Description
Soft and chewy oatmeal bars layered with almond butter and sweet strawberries—high in protein and perfect for meal prep or snacks. These bars combine wholesome rolled oats with creamy almond butter and a natural sweetness from honey and strawberries, making a delicious and nutritious treat for breakfast or anytime snacking.
Ingredients
Oatmeal Base
- 2 cups rolled oats
- 1/2 cup almond butter
- 1/3 cup honey or maple syrup
- 1/2 tsp vanilla extract
- 1/2 tsp cinnamon
- 1/4 tsp salt
Strawberry Layer
- 1/2 cup mashed strawberries or strawberry jam
Instructions
- Preheat Oven: Preheat your oven to 180°C (350°F) and line a baking pan with parchment paper to prevent sticking and make removal easier.
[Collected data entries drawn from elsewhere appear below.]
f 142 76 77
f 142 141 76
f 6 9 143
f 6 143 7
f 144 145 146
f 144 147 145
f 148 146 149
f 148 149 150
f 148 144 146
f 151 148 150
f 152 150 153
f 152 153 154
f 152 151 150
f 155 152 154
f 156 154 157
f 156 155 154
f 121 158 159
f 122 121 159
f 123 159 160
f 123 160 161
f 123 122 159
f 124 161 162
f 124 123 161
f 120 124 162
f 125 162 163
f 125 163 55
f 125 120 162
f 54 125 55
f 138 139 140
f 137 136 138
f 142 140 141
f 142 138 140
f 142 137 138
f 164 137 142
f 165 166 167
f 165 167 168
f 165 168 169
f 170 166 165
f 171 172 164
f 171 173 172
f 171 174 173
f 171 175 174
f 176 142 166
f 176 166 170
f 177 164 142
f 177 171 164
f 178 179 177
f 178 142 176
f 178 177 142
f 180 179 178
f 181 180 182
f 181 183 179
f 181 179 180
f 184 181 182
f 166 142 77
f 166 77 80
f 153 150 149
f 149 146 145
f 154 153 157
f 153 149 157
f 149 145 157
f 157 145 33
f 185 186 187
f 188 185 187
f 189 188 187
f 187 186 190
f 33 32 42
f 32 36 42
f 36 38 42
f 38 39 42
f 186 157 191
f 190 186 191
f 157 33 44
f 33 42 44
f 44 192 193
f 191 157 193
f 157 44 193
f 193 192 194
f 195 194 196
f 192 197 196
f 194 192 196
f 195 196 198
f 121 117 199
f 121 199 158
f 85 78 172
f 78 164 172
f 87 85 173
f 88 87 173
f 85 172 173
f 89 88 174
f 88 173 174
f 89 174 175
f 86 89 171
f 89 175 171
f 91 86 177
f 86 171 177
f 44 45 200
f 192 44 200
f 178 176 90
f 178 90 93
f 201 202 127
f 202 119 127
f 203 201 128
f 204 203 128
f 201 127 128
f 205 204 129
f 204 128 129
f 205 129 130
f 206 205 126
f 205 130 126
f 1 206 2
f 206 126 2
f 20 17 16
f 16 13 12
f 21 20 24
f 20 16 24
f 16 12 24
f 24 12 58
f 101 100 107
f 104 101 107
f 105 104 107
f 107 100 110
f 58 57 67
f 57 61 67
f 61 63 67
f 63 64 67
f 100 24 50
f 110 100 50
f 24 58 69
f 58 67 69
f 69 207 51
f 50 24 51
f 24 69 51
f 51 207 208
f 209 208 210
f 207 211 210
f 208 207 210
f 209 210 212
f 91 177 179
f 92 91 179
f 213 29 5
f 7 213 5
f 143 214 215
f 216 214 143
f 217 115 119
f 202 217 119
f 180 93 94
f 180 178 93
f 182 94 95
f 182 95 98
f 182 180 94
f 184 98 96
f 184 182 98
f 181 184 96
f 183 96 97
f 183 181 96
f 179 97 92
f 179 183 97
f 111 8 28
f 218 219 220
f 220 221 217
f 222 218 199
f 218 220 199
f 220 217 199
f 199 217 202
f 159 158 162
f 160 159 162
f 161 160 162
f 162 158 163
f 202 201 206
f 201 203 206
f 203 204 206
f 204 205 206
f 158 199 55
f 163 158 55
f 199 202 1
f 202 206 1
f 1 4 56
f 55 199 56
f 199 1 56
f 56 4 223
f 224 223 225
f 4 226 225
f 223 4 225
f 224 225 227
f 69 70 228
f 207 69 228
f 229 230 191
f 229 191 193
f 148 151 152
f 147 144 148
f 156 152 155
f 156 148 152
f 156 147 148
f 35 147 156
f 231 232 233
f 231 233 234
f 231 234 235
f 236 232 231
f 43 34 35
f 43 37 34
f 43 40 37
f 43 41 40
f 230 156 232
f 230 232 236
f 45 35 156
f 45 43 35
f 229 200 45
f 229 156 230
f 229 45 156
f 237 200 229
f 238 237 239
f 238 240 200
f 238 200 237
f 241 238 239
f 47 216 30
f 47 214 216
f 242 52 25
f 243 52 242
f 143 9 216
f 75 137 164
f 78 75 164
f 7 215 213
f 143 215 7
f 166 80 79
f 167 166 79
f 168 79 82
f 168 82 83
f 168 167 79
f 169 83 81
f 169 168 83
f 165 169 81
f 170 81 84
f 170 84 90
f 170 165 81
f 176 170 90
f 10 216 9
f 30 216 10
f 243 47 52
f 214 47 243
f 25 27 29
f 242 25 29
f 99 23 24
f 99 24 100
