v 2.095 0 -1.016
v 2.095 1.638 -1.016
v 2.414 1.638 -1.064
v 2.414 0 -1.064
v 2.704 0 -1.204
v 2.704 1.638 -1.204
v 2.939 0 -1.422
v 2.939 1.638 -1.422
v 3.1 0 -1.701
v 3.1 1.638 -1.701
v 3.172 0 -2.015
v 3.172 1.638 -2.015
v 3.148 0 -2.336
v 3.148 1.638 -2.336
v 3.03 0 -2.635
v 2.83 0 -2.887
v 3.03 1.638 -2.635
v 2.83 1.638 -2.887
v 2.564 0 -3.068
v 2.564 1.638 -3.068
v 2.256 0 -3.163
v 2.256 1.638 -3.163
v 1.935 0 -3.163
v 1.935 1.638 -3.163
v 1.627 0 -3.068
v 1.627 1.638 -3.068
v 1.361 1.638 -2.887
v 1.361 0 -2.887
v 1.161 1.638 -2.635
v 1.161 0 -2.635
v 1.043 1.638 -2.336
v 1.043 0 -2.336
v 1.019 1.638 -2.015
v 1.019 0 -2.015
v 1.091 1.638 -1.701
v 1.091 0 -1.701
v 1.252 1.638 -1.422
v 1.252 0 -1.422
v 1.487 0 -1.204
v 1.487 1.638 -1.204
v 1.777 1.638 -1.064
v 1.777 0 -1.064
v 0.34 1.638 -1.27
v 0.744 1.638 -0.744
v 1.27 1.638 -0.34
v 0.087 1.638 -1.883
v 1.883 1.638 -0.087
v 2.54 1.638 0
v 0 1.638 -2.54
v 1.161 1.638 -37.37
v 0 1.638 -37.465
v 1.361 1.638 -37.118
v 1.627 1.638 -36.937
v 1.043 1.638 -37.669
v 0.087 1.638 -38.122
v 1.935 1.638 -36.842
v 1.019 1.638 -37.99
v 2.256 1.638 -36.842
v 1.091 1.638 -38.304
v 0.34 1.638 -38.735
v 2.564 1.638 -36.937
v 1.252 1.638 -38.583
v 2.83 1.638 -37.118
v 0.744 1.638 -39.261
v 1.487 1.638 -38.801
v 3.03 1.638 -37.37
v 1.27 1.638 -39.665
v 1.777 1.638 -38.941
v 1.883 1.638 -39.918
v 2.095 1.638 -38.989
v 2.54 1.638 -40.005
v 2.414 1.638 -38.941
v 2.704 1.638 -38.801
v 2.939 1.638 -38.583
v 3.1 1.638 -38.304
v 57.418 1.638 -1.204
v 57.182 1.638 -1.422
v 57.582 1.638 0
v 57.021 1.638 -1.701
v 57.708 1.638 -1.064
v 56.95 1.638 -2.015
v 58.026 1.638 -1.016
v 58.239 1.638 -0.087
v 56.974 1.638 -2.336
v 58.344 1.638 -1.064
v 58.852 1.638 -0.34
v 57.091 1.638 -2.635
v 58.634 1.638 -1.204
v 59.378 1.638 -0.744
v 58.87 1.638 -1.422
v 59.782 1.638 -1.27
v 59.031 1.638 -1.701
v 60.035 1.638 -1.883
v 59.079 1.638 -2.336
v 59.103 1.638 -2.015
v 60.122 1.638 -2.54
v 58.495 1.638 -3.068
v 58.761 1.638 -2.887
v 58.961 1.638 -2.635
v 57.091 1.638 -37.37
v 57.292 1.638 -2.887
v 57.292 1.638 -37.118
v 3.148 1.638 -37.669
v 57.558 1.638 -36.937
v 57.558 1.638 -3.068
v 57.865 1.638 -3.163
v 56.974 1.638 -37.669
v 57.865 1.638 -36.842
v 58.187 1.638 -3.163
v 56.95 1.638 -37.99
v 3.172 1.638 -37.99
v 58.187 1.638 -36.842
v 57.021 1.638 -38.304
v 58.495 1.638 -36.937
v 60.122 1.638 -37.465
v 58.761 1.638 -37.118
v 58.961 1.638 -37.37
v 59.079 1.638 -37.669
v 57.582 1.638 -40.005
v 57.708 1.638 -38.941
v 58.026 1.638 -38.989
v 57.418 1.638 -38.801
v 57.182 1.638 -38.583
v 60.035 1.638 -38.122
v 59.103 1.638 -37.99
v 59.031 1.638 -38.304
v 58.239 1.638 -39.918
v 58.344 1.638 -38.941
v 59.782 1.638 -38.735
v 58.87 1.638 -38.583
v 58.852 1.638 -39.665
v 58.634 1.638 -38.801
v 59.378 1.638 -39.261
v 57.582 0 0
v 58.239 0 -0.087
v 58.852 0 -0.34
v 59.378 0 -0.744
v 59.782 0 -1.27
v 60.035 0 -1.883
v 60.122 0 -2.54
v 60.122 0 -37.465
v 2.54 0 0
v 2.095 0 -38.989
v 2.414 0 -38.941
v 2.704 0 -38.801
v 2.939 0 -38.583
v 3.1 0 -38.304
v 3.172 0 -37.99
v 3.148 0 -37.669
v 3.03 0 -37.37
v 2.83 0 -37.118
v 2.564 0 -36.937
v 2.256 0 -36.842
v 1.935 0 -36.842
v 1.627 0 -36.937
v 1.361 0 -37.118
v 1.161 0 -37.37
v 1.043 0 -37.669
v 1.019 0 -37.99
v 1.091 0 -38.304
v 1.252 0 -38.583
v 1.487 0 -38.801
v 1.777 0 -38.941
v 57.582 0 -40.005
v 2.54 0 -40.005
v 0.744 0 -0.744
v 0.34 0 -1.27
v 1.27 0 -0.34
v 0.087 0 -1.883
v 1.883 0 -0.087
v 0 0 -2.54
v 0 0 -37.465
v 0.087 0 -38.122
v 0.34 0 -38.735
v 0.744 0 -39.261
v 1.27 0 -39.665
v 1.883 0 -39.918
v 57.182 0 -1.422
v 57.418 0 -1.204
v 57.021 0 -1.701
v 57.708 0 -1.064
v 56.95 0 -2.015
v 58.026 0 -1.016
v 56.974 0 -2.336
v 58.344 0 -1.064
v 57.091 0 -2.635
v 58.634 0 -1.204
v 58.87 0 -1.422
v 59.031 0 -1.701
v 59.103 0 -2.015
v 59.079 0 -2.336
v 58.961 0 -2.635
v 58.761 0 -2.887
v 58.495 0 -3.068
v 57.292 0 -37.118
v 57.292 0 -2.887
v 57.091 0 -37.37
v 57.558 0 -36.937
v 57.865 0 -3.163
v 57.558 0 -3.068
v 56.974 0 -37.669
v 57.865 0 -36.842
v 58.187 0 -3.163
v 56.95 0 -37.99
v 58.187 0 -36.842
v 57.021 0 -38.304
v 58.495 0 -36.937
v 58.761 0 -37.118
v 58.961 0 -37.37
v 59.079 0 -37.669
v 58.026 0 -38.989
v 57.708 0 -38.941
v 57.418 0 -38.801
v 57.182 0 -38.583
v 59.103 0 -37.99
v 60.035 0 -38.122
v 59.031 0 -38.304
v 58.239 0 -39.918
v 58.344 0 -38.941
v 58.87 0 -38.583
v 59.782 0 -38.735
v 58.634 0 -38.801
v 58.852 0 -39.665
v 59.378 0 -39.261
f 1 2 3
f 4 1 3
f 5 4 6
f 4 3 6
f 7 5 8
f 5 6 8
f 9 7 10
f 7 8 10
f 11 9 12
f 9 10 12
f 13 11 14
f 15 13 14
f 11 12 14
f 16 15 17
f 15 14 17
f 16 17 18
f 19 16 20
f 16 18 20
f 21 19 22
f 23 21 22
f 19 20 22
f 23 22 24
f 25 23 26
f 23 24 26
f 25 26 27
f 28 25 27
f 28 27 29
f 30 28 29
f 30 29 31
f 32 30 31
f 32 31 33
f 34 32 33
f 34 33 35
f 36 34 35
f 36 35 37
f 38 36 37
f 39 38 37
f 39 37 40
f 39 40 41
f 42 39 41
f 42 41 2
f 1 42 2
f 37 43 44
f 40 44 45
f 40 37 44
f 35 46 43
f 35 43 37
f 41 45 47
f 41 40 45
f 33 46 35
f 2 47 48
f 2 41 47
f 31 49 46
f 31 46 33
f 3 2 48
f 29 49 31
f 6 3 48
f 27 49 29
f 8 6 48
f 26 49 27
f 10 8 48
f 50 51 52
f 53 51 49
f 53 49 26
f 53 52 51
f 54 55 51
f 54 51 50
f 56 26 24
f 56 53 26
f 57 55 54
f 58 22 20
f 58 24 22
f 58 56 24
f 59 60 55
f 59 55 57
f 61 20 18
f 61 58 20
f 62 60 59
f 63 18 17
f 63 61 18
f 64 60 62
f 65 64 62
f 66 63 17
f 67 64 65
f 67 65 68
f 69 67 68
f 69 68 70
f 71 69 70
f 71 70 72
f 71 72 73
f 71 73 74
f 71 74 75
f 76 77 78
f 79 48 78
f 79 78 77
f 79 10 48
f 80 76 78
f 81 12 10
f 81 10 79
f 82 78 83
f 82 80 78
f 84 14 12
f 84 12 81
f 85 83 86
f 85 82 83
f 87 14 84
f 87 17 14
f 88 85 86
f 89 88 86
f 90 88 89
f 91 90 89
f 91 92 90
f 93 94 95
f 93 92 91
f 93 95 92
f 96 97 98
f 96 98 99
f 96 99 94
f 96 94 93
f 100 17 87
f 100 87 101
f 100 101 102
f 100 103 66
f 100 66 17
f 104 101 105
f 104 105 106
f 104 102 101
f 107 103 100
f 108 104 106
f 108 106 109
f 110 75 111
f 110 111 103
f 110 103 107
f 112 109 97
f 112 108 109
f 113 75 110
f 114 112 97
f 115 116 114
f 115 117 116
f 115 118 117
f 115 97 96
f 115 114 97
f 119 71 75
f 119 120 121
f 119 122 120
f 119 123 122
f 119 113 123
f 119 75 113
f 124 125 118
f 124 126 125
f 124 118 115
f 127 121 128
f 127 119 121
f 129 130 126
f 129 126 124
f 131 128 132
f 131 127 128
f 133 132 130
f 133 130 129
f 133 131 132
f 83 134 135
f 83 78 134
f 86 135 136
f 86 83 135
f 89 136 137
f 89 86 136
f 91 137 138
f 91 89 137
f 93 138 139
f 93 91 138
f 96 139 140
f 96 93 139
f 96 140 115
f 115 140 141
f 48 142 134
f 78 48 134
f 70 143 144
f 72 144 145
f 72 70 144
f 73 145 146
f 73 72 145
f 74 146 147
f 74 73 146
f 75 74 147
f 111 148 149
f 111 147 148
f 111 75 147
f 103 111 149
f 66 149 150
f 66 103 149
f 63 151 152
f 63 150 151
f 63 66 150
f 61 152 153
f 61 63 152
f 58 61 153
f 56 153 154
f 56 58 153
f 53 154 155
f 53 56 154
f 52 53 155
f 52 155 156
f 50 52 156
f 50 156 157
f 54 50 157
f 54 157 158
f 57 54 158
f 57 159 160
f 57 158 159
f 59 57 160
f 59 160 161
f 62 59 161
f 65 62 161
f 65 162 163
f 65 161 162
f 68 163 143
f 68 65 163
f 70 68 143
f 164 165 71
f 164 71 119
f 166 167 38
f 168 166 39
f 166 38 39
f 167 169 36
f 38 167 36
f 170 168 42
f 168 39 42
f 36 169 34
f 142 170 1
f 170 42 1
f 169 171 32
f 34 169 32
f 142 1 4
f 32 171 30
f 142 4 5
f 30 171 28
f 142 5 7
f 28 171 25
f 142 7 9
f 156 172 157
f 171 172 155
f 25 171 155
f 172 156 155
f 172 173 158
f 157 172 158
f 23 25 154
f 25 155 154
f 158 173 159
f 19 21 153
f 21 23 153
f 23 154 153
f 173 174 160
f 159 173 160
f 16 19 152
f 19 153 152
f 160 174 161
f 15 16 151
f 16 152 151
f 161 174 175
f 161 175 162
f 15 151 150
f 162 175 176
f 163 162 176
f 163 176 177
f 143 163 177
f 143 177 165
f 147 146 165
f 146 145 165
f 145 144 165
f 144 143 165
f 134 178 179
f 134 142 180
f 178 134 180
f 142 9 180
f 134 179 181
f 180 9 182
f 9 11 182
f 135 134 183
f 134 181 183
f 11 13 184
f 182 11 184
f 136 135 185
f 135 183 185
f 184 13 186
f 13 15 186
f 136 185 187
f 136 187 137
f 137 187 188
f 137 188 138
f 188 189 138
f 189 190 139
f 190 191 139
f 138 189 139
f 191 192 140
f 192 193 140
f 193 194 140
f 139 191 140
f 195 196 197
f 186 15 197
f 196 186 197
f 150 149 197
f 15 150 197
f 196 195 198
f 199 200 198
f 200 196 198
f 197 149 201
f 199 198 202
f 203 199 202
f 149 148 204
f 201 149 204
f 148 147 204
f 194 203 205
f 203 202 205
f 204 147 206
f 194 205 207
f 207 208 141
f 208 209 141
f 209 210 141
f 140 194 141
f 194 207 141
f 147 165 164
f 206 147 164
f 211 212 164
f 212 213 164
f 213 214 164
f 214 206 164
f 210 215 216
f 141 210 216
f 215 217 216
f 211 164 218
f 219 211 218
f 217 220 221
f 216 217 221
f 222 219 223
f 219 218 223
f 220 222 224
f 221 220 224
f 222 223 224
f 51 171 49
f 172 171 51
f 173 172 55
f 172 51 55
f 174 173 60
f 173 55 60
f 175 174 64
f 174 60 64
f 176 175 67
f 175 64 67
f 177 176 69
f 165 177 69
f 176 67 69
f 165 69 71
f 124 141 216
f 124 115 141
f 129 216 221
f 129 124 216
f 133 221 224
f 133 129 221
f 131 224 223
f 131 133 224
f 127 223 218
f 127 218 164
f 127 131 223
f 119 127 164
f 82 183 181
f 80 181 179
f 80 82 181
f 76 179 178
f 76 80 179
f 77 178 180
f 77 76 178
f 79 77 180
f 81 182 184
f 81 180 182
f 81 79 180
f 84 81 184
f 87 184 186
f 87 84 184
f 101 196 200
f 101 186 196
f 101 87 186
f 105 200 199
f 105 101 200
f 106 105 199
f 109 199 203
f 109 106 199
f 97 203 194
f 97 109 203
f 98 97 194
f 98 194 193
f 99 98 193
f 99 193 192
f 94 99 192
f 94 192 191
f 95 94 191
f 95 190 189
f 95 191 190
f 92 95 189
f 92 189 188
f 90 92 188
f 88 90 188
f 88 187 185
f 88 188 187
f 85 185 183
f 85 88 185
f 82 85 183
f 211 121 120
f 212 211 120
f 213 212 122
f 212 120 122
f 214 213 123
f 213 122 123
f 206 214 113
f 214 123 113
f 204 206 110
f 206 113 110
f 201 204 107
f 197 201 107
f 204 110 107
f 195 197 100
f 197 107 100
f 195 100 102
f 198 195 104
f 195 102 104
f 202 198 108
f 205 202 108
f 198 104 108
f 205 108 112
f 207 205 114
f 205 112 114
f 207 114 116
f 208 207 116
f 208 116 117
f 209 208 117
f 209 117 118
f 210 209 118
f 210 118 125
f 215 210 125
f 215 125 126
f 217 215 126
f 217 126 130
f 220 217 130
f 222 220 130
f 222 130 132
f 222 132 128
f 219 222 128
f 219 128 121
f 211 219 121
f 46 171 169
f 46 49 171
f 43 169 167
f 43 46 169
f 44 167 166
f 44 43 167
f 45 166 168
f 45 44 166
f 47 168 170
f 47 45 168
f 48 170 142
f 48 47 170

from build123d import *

# Parameters (mm, degrees)
SKETCH1_W               = 60.1218
SKETCH1_H               = 40.005
BOSS_EXTRUDE1_DEPTH     = 1.6383
FILLET1_R               = 2.54
SKETCH3_R               = 1.0795
CUT_EXTRUDE2_DEPTH      = 73.233751717
MIRROR2_COPY_1_SKETCH_R = 1.0795
MIRROR2_COPY_1_DEPTH    = 73.233751717


with BuildPart() as part:
    # Sketch1 → Boss-Extrude1 (new body)
    with BuildSketch(Plane(origin=(0, 0, 0), x_dir=(1, 0, 0), z_dir=(0, 1, 0))):
        with Locations((30.0609, 20.0025)):
            Rectangle(SKETCH1_W, SKETCH1_H)
    extrude(amount=BOSS_EXTRUDE1_DEPTH)

    # Fillet1
    fillet1_edges = [part.edges().sort_by_distance(p)[0] for p in [
        (0, 0.81915, -40.005),
        (60.1218, 0.81915, -40.005),
        (60.1218, 0.81915, 0),
        (0, 0.81915, 0),
    ]]
    fillet(fillet1_edges, radius=FILLET1_R)

    # Sketch3 → Cut-Extrude2 (cut, through all)
    with BuildSketch(Plane(origin=(0, 1.6383, 0), x_dir=(1, 0, 0), z_dir=(0, 1, 0))):
        with Locations(Location((2.0955, 2.0955, 0), (0, 0, 270))):
            Circle(SKETCH3_R)
    cut_extrude2 = extrude(amount=-CUT_EXTRUDE2_DEPTH, mode=Mode.SUBTRACT)

    # Mirror1: Cut-Extrude2 across plane
    add(cut_extrude2.mirror(Plane.XY.offset(-20.0025)), mode=Mode.SUBTRACT)

    # Mirror2: Cut-Extrude2 across plane
    add(cut_extrude2.mirror(Plane(origin=(30.0609, 0, 0), x_dir=(0, 0, 1), z_dir=(1, 0, 0))), mode=Mode.SUBTRACT)

    # Mirror2 copy 1 sketch → Mirror2 copy 1 (cut, through all)
    with BuildSketch(Plane(origin=(60.1218, 1.6383, -40.005), x_dir=(-1, 0, 0), z_dir=(0, 1, 0))):
        with Locations(Location((2.0955, 2.0955, 0), (0, 0, 270))):
            Circle(MIRROR2_COPY_1_SKETCH_R)
    extrude(amount=-MIRROR2_COPY_1_DEPTH, mode=Mode.SUBTRACT)


solid = part.part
- Mix Ingredients: In a large bowl, combine the rolled oats, almond butter, honey (or maple syrup), vanilla extract, cinnamon, and salt. Stir well until the mixture is fully incorporated and sticky enough to hold together.
- Press Base Layer: Press half of the oat mixture firmly into the lined baking pan, creating an even layer that will form the base of the bars.
- Add Strawberry Layer: Evenly spread the mashed strawberries or strawberry jam over the pressed oat base, ensuring you cover the entire surface for balanced flavor in each bite.
- Top Layer: Add the remaining oat mixture on top of the strawberry layer and gently press down to create a compact, even top layer.
- Bake: Bake the layered bars in the preheated oven for 20 to 25 minutes, or until the top is golden brown and the bars feel set to the touch.
- Cool and Slice: Allow the bars to cool completely in the pan before slicing into 8 to 10 bars to prevent crumbling and to help them hold their shape perfectly.
Notes
- Add protein powder to the oat mixture for an extra protein boost if desired.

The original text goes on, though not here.